EXERCISE PROMPT: Below are several entries. Transcribe exactly those lines that fall from the one with "v 0.193 36.532 0" through the one with "v 5.606 37.356 3.175", end lines included.

[SOURCE DATA]

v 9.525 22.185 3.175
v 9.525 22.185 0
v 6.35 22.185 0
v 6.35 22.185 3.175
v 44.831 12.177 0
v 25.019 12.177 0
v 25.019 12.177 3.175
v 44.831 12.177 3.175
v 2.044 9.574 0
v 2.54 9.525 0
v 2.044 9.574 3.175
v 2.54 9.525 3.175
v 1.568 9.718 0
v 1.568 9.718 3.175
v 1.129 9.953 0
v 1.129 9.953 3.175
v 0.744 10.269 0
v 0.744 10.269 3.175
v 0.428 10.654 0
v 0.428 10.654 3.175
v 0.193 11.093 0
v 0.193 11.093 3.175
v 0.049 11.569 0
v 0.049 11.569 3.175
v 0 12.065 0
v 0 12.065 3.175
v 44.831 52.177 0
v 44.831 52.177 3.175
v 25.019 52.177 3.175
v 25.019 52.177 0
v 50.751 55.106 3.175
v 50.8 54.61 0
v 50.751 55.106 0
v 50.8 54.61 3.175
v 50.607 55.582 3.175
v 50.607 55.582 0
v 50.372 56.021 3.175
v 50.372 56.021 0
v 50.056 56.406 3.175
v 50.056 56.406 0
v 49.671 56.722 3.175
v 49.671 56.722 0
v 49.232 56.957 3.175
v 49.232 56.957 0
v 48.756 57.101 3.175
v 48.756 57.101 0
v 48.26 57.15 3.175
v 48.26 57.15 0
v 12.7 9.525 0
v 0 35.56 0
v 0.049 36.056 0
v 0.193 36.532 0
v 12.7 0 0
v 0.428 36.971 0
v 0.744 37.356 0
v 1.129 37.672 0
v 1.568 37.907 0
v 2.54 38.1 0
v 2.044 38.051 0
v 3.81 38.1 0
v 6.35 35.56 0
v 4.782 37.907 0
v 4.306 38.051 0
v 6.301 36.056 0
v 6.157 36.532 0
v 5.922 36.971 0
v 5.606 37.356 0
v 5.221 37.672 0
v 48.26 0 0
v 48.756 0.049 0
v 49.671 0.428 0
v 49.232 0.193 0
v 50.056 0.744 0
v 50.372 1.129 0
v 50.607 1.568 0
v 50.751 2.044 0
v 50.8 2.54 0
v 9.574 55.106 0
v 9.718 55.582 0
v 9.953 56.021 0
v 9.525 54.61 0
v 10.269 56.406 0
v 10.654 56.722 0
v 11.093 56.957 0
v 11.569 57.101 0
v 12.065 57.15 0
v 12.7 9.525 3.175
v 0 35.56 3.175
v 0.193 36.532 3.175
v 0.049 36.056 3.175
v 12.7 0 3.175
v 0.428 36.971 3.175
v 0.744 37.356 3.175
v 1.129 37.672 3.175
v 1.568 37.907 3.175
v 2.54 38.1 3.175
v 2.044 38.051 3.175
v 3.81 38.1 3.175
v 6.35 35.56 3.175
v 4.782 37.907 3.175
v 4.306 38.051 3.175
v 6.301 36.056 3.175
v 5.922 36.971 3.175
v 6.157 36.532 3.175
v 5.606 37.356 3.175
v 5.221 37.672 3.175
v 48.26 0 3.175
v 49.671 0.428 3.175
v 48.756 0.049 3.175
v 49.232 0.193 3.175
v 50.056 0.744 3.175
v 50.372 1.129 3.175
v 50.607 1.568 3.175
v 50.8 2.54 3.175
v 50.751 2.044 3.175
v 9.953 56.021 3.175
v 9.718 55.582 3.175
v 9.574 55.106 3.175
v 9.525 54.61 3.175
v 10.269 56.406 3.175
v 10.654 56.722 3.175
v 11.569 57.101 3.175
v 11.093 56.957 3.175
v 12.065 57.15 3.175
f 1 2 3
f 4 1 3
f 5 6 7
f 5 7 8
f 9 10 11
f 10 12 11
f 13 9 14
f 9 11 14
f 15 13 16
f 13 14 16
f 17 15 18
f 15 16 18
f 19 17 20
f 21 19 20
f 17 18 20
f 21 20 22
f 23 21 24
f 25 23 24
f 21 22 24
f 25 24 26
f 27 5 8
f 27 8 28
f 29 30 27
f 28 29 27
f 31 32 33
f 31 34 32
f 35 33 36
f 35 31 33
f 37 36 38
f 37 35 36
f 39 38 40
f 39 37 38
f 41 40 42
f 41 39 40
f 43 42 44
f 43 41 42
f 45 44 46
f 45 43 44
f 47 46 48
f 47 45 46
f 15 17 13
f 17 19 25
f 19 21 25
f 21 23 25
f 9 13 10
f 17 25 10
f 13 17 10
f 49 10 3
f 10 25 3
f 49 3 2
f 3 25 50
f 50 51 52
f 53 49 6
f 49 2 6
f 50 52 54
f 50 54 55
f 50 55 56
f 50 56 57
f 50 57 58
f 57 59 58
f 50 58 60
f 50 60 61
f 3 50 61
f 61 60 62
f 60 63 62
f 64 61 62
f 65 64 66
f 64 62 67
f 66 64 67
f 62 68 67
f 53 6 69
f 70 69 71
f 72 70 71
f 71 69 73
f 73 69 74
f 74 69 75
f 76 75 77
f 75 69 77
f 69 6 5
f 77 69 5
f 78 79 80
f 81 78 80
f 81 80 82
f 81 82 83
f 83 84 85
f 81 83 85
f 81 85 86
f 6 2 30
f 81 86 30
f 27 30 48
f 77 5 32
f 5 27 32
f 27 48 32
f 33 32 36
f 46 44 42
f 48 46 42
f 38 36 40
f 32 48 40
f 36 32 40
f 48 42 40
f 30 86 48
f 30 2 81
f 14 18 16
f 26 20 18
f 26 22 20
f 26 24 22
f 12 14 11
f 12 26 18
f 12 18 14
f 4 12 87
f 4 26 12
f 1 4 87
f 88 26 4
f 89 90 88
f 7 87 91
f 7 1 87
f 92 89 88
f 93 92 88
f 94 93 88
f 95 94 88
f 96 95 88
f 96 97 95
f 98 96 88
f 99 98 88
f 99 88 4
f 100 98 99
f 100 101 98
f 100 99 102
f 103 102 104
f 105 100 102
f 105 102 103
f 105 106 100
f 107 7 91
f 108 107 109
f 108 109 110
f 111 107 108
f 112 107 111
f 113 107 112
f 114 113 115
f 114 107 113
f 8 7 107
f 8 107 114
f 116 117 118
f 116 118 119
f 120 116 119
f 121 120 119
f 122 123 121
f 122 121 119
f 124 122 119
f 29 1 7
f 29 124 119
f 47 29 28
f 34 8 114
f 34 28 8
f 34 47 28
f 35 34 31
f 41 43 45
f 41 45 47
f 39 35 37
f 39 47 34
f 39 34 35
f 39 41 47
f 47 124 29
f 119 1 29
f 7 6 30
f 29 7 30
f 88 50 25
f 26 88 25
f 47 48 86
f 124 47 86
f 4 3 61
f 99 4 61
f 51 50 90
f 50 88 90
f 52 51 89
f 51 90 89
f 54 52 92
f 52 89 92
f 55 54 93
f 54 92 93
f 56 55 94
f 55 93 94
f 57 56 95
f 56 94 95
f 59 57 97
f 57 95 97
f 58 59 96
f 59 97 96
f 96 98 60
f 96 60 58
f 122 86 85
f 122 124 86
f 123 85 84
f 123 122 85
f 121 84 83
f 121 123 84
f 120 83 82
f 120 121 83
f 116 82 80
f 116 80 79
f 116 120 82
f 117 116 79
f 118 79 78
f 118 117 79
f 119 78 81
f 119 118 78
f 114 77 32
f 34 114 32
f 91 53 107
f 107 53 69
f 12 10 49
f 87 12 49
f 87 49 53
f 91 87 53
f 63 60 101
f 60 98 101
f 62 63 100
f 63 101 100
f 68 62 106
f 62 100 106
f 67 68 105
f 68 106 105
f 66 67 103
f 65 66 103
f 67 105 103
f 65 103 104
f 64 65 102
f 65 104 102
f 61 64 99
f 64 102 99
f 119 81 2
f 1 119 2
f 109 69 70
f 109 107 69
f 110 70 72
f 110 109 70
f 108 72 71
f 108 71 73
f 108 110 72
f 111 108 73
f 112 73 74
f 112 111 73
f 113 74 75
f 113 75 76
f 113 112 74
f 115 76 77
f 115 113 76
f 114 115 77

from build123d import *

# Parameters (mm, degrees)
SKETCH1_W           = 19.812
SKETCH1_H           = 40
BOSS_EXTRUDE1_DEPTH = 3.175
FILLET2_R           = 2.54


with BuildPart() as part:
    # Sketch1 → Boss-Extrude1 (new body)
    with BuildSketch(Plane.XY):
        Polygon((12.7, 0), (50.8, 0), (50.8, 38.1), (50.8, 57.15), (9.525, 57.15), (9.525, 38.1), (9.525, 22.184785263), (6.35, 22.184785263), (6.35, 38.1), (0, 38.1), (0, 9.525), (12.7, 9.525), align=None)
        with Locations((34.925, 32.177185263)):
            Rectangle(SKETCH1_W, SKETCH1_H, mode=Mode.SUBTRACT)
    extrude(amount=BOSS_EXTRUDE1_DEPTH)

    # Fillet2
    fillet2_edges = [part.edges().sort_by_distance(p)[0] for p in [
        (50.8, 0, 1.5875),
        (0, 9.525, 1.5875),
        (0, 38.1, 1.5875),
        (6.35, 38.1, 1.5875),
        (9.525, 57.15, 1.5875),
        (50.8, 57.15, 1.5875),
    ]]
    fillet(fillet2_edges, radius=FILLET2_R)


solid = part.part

[/SOURCE DATA]

ANSWER SPACE:
v 0.193 36.532 0
v 12.7 0 0
v 0.428 36.971 0
v 0.744 37.356 0
v 1.129 37.672 0
v 1.568 37.907 0
v 2.54 38.1 0
v 2.044 38.051 0
v 3.81 38.1 0
v 6.35 35.56 0
v 4.782 37.907 0
v 4.306 38.051 0
v 6.301 36.056 0
v 6.157 36.532 0
v 5.922 36.971 0
v 5.606 37.356 0
v 5.221 37.672 0
v 48.26 0 0
v 48.756 0.049 0
v 49.671 0.428 0
v 49.232 0.193 0
v 50.056 0.744 0
v 50.372 1.129 0
v 50.607 1.568 0
v 50.751 2.044 0
v 50.8 2.54 0
v 9.574 55.106 0
v 9.718 55.582 0
v 9.953 56.021 0
v 9.525 54.61 0
v 10.269 56.406 0
v 10.654 56.722 0
v 11.093 56.957 0
v 11.569 57.101 0
v 12.065 57.15 0
v 12.7 9.525 3.175
v 0 35.56 3.175
v 0.193 36.532 3.175
v 0.049 36.056 3.175
v 12.7 0 3.175
v 0.428 36.971 3.175
v 0.744 37.356 3.175
v 1.129 37.672 3.175
v 1.568 37.907 3.175
v 2.54 38.1 3.175
v 2.044 38.051 3.175
v 3.81 38.1 3.175
v 6.35 35.56 3.175
v 4.782 37.907 3.175
v 4.306 38.051 3.175
v 6.301 36.056 3.175
v 5.922 36.971 3.175
v 6.157 36.532 3.175
v 5.606 37.356 3.175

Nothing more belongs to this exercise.